• Supplied records
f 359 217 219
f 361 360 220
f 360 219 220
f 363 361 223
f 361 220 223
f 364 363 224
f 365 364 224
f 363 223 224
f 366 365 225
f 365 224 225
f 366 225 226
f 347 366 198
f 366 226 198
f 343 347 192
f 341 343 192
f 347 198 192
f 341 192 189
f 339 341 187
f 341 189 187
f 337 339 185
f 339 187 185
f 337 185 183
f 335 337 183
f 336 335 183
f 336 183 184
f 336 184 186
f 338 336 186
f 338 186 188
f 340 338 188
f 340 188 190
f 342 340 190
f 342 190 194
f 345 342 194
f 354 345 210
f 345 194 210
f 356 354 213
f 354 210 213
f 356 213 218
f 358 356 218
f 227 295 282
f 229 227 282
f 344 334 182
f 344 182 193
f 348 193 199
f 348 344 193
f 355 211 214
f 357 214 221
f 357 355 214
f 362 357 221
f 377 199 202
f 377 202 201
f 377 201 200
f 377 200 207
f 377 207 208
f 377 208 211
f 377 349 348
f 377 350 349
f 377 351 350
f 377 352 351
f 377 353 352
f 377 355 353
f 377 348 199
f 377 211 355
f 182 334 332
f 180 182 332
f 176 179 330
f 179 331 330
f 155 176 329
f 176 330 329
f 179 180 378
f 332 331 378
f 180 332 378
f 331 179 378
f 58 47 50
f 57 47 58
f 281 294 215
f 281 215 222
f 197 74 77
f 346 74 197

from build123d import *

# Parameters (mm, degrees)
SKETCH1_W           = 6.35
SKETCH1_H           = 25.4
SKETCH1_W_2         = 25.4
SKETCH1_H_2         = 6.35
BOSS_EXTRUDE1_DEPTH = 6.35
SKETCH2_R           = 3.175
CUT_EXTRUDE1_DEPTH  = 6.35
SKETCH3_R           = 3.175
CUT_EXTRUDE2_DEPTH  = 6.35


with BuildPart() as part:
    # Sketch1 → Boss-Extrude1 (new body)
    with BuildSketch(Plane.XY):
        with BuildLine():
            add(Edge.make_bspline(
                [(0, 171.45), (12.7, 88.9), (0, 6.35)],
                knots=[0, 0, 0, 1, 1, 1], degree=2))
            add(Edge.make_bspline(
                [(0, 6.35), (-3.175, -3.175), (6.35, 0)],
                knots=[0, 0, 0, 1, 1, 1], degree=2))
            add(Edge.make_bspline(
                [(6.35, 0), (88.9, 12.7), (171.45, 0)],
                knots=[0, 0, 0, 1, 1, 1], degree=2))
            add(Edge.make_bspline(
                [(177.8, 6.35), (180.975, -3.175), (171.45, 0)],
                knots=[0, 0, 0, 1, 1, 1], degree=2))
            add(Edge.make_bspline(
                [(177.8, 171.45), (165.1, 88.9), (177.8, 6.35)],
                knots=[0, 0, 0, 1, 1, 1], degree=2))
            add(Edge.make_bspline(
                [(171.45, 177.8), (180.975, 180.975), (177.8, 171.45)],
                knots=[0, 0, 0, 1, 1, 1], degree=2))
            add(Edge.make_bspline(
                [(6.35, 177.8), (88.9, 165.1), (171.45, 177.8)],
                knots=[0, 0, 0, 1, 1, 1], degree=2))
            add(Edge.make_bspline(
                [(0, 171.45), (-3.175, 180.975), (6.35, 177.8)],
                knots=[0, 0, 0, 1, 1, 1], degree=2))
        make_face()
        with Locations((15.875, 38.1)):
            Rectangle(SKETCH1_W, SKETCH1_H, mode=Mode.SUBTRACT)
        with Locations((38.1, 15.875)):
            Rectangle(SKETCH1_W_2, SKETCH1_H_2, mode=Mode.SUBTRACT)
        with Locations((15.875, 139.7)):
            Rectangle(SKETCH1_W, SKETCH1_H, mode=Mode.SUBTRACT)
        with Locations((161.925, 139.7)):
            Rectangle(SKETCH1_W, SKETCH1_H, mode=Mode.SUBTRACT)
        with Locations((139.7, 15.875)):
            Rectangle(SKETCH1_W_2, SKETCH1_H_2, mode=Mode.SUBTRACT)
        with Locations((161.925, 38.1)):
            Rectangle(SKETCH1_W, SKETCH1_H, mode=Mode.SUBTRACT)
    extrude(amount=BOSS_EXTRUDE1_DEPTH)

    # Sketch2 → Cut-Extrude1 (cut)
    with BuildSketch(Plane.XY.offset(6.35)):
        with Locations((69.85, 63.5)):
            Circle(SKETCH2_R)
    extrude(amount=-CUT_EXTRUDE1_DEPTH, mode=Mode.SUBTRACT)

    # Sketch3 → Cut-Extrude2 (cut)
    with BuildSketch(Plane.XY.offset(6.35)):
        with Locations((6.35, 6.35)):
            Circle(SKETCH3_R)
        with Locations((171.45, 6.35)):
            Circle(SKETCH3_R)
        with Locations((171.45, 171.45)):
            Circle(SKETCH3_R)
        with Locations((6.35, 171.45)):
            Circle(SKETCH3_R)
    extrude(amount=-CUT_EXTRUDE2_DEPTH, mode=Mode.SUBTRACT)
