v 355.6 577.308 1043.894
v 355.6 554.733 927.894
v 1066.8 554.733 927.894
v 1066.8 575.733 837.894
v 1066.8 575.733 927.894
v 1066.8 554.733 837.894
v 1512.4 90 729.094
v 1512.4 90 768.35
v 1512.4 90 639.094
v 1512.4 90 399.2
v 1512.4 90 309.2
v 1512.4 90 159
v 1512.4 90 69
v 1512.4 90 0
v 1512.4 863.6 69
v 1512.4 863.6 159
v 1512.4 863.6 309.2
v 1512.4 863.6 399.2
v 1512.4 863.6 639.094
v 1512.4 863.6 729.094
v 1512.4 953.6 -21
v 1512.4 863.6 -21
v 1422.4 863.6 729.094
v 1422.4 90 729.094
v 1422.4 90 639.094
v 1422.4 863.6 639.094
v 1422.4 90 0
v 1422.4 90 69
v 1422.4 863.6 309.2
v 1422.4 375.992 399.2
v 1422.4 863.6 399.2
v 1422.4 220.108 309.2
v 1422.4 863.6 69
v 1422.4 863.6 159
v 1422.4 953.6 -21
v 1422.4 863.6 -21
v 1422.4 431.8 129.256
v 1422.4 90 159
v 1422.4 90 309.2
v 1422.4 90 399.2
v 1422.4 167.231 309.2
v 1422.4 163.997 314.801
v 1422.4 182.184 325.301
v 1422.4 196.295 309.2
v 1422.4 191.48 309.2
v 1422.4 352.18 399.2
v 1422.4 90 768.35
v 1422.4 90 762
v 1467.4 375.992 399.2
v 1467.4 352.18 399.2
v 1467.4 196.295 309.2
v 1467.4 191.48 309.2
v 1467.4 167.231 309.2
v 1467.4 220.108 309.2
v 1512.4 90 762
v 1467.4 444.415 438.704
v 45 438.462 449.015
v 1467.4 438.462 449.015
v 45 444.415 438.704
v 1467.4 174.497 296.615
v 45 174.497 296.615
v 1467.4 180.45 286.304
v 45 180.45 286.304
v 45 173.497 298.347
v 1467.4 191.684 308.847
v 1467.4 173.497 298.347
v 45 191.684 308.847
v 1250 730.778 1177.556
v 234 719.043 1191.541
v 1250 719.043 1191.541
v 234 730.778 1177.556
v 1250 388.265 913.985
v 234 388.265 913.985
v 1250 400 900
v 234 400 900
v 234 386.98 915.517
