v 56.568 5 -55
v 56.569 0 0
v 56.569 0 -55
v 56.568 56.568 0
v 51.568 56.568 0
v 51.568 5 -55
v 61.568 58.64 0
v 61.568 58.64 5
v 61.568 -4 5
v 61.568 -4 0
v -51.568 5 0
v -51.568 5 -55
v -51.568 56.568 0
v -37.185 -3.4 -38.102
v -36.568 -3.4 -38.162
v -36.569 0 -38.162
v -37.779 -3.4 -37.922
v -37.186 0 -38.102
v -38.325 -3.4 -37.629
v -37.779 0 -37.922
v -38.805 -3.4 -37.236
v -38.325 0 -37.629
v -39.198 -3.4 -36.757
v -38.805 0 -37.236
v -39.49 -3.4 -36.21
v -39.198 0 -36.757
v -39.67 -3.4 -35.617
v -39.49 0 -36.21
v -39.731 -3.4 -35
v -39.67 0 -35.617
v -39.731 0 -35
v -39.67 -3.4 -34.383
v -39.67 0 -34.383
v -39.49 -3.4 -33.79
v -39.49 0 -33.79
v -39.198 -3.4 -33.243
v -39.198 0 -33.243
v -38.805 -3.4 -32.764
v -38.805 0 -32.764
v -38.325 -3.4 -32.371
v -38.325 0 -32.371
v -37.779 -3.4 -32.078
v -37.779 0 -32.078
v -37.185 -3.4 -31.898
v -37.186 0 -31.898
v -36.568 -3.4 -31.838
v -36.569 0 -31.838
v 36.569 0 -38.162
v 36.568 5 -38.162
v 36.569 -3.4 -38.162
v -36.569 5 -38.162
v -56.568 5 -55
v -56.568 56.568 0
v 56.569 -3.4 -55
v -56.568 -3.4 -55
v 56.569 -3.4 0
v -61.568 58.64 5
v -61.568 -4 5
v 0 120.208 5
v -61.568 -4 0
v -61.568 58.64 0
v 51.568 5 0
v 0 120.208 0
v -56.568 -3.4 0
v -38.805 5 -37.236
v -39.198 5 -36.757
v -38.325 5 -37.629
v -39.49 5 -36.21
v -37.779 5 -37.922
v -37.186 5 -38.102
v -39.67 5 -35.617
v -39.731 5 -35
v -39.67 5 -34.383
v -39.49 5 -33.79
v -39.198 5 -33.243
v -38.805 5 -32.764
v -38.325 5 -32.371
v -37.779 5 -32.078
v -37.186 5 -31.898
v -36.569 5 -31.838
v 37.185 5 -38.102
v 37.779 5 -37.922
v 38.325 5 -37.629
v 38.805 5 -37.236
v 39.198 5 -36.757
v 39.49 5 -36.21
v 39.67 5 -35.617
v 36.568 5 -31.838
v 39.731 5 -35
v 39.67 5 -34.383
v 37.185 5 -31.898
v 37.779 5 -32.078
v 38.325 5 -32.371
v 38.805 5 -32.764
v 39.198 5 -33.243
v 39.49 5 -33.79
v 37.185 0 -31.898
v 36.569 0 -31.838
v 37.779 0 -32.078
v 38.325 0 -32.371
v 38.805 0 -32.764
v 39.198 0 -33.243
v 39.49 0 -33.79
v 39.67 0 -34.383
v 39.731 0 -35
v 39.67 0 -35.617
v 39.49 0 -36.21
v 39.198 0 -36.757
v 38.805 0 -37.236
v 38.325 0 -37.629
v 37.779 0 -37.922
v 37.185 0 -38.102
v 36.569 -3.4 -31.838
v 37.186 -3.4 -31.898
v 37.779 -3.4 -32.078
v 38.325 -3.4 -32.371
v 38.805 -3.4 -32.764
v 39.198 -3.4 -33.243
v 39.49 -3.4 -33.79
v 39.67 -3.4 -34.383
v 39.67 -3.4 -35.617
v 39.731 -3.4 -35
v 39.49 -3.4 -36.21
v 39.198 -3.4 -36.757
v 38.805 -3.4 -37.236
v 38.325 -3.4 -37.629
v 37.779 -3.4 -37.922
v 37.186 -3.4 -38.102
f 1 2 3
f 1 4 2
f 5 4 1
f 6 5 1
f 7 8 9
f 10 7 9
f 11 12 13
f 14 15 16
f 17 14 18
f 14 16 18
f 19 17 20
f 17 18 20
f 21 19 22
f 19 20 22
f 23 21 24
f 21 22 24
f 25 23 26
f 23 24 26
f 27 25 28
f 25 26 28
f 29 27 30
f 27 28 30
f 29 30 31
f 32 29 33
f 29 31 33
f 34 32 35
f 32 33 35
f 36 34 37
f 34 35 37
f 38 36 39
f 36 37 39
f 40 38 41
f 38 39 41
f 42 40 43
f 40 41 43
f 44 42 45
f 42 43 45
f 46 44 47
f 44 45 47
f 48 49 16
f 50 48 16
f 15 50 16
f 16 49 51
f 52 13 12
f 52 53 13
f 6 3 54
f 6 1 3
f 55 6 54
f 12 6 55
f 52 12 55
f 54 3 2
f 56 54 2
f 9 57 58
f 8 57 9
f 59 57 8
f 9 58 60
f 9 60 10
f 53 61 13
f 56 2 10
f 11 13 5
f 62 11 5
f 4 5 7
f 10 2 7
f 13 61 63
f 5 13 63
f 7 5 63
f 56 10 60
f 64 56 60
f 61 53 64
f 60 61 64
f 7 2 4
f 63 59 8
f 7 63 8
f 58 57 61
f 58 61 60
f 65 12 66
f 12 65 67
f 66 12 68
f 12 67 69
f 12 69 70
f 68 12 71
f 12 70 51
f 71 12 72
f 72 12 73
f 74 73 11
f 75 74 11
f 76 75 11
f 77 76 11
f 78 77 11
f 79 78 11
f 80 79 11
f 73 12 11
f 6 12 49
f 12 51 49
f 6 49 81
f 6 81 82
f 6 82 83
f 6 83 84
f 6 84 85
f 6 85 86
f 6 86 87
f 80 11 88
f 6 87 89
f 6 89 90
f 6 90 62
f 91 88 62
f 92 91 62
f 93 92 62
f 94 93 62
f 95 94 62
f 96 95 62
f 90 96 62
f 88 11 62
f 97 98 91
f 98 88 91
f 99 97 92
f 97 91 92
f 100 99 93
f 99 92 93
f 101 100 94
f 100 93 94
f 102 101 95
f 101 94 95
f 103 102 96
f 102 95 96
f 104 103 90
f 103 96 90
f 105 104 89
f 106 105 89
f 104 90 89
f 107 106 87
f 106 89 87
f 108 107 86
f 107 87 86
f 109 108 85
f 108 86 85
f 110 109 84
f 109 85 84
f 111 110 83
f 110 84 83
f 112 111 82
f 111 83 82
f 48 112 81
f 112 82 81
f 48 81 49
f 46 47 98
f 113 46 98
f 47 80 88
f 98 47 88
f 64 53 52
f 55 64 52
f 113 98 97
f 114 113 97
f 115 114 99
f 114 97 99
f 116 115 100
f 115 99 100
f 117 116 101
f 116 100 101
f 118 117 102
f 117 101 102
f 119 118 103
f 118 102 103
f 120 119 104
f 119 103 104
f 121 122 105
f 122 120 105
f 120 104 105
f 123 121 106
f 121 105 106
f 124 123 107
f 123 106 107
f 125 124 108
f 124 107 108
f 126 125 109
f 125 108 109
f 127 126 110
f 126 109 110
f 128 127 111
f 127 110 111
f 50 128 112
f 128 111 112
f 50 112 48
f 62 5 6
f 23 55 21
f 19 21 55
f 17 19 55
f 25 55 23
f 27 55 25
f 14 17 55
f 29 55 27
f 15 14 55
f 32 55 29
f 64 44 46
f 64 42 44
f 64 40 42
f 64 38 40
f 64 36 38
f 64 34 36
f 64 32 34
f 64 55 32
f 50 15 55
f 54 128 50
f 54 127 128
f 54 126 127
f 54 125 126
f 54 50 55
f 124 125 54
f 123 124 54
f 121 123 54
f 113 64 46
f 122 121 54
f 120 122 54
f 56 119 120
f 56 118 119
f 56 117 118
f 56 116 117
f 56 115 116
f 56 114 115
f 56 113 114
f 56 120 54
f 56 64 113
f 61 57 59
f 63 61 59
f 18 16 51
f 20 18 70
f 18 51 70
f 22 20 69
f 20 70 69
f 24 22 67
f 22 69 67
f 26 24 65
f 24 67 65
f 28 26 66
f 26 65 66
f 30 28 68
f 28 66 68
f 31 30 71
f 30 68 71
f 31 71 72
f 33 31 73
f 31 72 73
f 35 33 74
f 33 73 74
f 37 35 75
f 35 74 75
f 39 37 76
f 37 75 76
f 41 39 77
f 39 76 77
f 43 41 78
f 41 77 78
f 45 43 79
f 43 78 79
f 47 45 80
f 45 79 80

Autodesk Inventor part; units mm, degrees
ref_plane "YZ Plane" through (0, 0, 0) normal (1, 0, 0) x (0, 1, 0)
ref_plane "XZ Plane" through (0, 0, 0) normal (0, 1, 0) x (-1, 0, 0)
ref_plane "XY Plane" through (0, 0, 0) normal (0, 0, 1) x (1, 0, 0)
sketch "Skizze1" plane through (0, 0, 0) normal (0, 0, 1) x (1, 0, 0)
  line L0 (0, 113.1371) -> (56.5685, 56.5685)
  line L1 (56.5685, 56.5685) -> (0, 0) construction
  line L2 (0, 0) -> (-56.5685, 56.5685) construction
  line L3 (-56.5685, 56.5685) -> (0, 113.1371)
  line L4 (0, 0) -> (-109.9706, 0) construction
  line L5 (-56.5685, 56.5685) -> (-56.5685, 0)
  line L6 (56.5685, 56.5685) -> (56.5685, 0)
  line L7 (-56.5685, 0) -> (56.5685, 0)
  dimension "d0" = 45
  dimension "d1" = 80
extrude "Extrusion1" add sketch "Skizze1" along normal blind 5
sketch "Skizze2" plane through (0, 0, 0) normal (0, 0, -1) x (-1, 0, 0)
  line L0 (-56.5685, 0) -> (56.5685, 0)
  line L1 (56.5685, 0) -> (56.5685, 5)
  line L2 (56.5685, 5) -> (-56.5685, 5)
  line L3 (-56.5685, 5) -> (-56.5685, 0)
  line L4 (56.5685, 0) -> (-56.5685, 0) construction
  line L5 (56.5685, 56.5685) -> (56.5685, 0) construction
  line L6 (0, 113.1371) -> (56.5685, 56.5685) construction
  line L7 (-56.5685, 56.5685) -> (0, 113.1371) construction
  line L8 (-56.5685, 0) -> (-56.5685, 56.5685) construction
  point P0 (0, 0)
  dimension "d4" = 5
extrude "Extrusion2" add sketch "Skizze2" along normal blind 55
sketch "Skizze3" plane through (56.5685, 0, 5) normal (1, 0, 0) x (0, 0, -1)
  line L0 (5, 5) -> (5, 56.5685) construction
  line L1 (5, 5) -> (60, 5) construction
  line L2 (5, 56.5685) -> (60, 5)
  line L3 (60, 5) -> (5, 5)
  line L4 (5, 5) -> (5, 56.5685)
  point P0 (5, 0)
extrude "Extrusion3" add sketch "Skizze3" against normal blind 5
sketch "Skizze4" plane through (-56.5685, 0, 5) normal (-1, 0, 0) x (0, 0, 1)
  line L0 (-5, 5) -> (-60, 5) projected
  line L1 (-5, 56.5685) -> (-5, 5) projected
  line L2 (-5, 56.5685) -> (-60, 5) projected
  point P0 (-5, 0)
extrude "Extrusion4" add sketch "Skizze4" against normal blind 5
sketch "Skizze5" plane through (51.5685, 5, 0) normal (0, 1, 0) x (1, 0, 0)
  line L0 (-15, 35) -> (-88.1371, 35) construction
  line L1 (-15, 38.1623) -> (-88.1371, 38.1623)
  line L2 (-88.1371, 31.8377) -> (-15, 31.8377)
  arc A0 (-15, 31.8377) -> (-15, 38.1623) centre (-15, 35) ccw
  arc A1 (-88.1371, 38.1623) -> (-88.1371, 31.8377) centre (-88.1371, 35) ccw
  line L3 (-103.1371, 55) -> (-103.1371, 0) construction
  line L4 (0, 0) -> (-103.1371, 0) construction
  line L5 (0, 0) -> (0, 55) construction
  line L6 (-103.1371, 55) -> (0, 55) construction
  point P0 (-51.5685, 0)
  point P1 (-51.5685, 35)
  dimension "d11" = 20
  dimension "d12" = 15
  dimension "d13" = 15
extrude "Extrusion5" cut sketch "Skizze5" against normal through all
sketch "Skizze6" plane through (0, 0, 5) normal (0, 0, 1) x (1, 0, 0)
  line L0 (-56.5685, 0) -> (56.5685, 0) projected
  line L1 (56.5685, 0) -> (56.5685, 56.5685) projected
  line L2 (56.5685, 56.5685) -> (0, 113.1371) projected
  line L3 (0, 113.1371) -> (-56.5685, 56.5685) projected
  line L4 (-56.5685, 56.5685) -> (-56.5685, 0) projected
  line L5 (-61.5685, 58.6396) -> (0, 120.2082)
  line L6 (0, 120.2082) -> (61.5685, 58.6396)
  line L7 (61.5685, 58.6396) -> (61.5685, -4)
  line L8 (-61.5685, 58.6396) -> (-61.5685, -4)
  line L9 (-61.5685, -4) -> (61.5685, -4)
  line L10 (56.5685, 56.5685) -> (0, 113.1371) projected
  line L11 (-56.5685, 0) -> (56.5685, 0) projected
  point P0 (0, 0)
  dimension "d16" = 5
  dimension "d17" = 5
  dimension "d18" = 5
  dimension "d19" = 5
  dimension "d20" = 4
extrude "Extrusion6" add sketch "Skizze6" against normal up to surface (5 mm away)
sketch "Skizze7" plane through (-56.5685, 0, 0) normal (0, -1, 0) x (1, 0, 0)
  line L0 (113.1371, 0) -> (0, 0) projected
  line L1 (0, 0) -> (0, -55) projected
  line L2 (113.1371, -55) -> (0, -55) projected
  line L3 (113.1371, -55) -> (113.1371, 0) projected
  line L4 (20, -31.8377) -> (93.1371, -31.8377) projected
  arc A0 (93.1371, -38.1623) -> (93.1371, -31.8377) centre (93.1371, -35) ccw projected
  line L5 (93.1371, -38.1623) -> (20, -38.1623) projected
  arc A1 (20, -31.8377) -> (20, -38.1623) centre (20, -35) ccw projected
  point P0 (56.5685, 0)
extrude "Extrusion7" add sketch "Skizze7" along normal blind 3.4
sketch "Skizze8" plane through (0, 0, -55) normal (0, 0, -1) x (-1, 0, 0)
  line L0 (56.5685, -3.4) -> (56.5685, 56.5685) construction
  line L1 (56.5685, -3.4) -> (-56.5685, -3.4) construction
  line L2 (-56.5685, -3.4) -> (-56.5685, 56.5685) construction
  line L3 (-56.5685, 56.5685) -> (-51.5685, 56.5685) construction
  line L4 (-51.5685, 56.5685) -> (-51.5685, 5) construction
  line L5 (-51.5685, 5) -> (51.5685, 5) construction
  line L6 (51.5685, 5) -> (51.5685, 56.5685) construction
  line L7 (51.5685, 56.5685) -> (56.5685, 56.5685) construction
  line L8 (0, 120.2082) -> (-61.5685, 58.6396) construction
  line L9 (-61.5685, 58.6396) -> (-61.5685, -4) construction
  line L10 (-61.5685, -4) -> (61.5685, -4) construction
  line L11 (61.5685, -4) -> (61.5685, 58.6396) construction
  line L12 (61.5685, 58.6396) -> (0, 120.2082) construction
  line L13 (96.047, 0) -> (96.047, 100) construction
  point P0 (0, 0)
  dimension "d25" = 96.047
properties part number "Halterung_ID6"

• What the task asks
Across all of the records above, how many lines include the string "amount"? Answer with one number only.

• Problem solution
3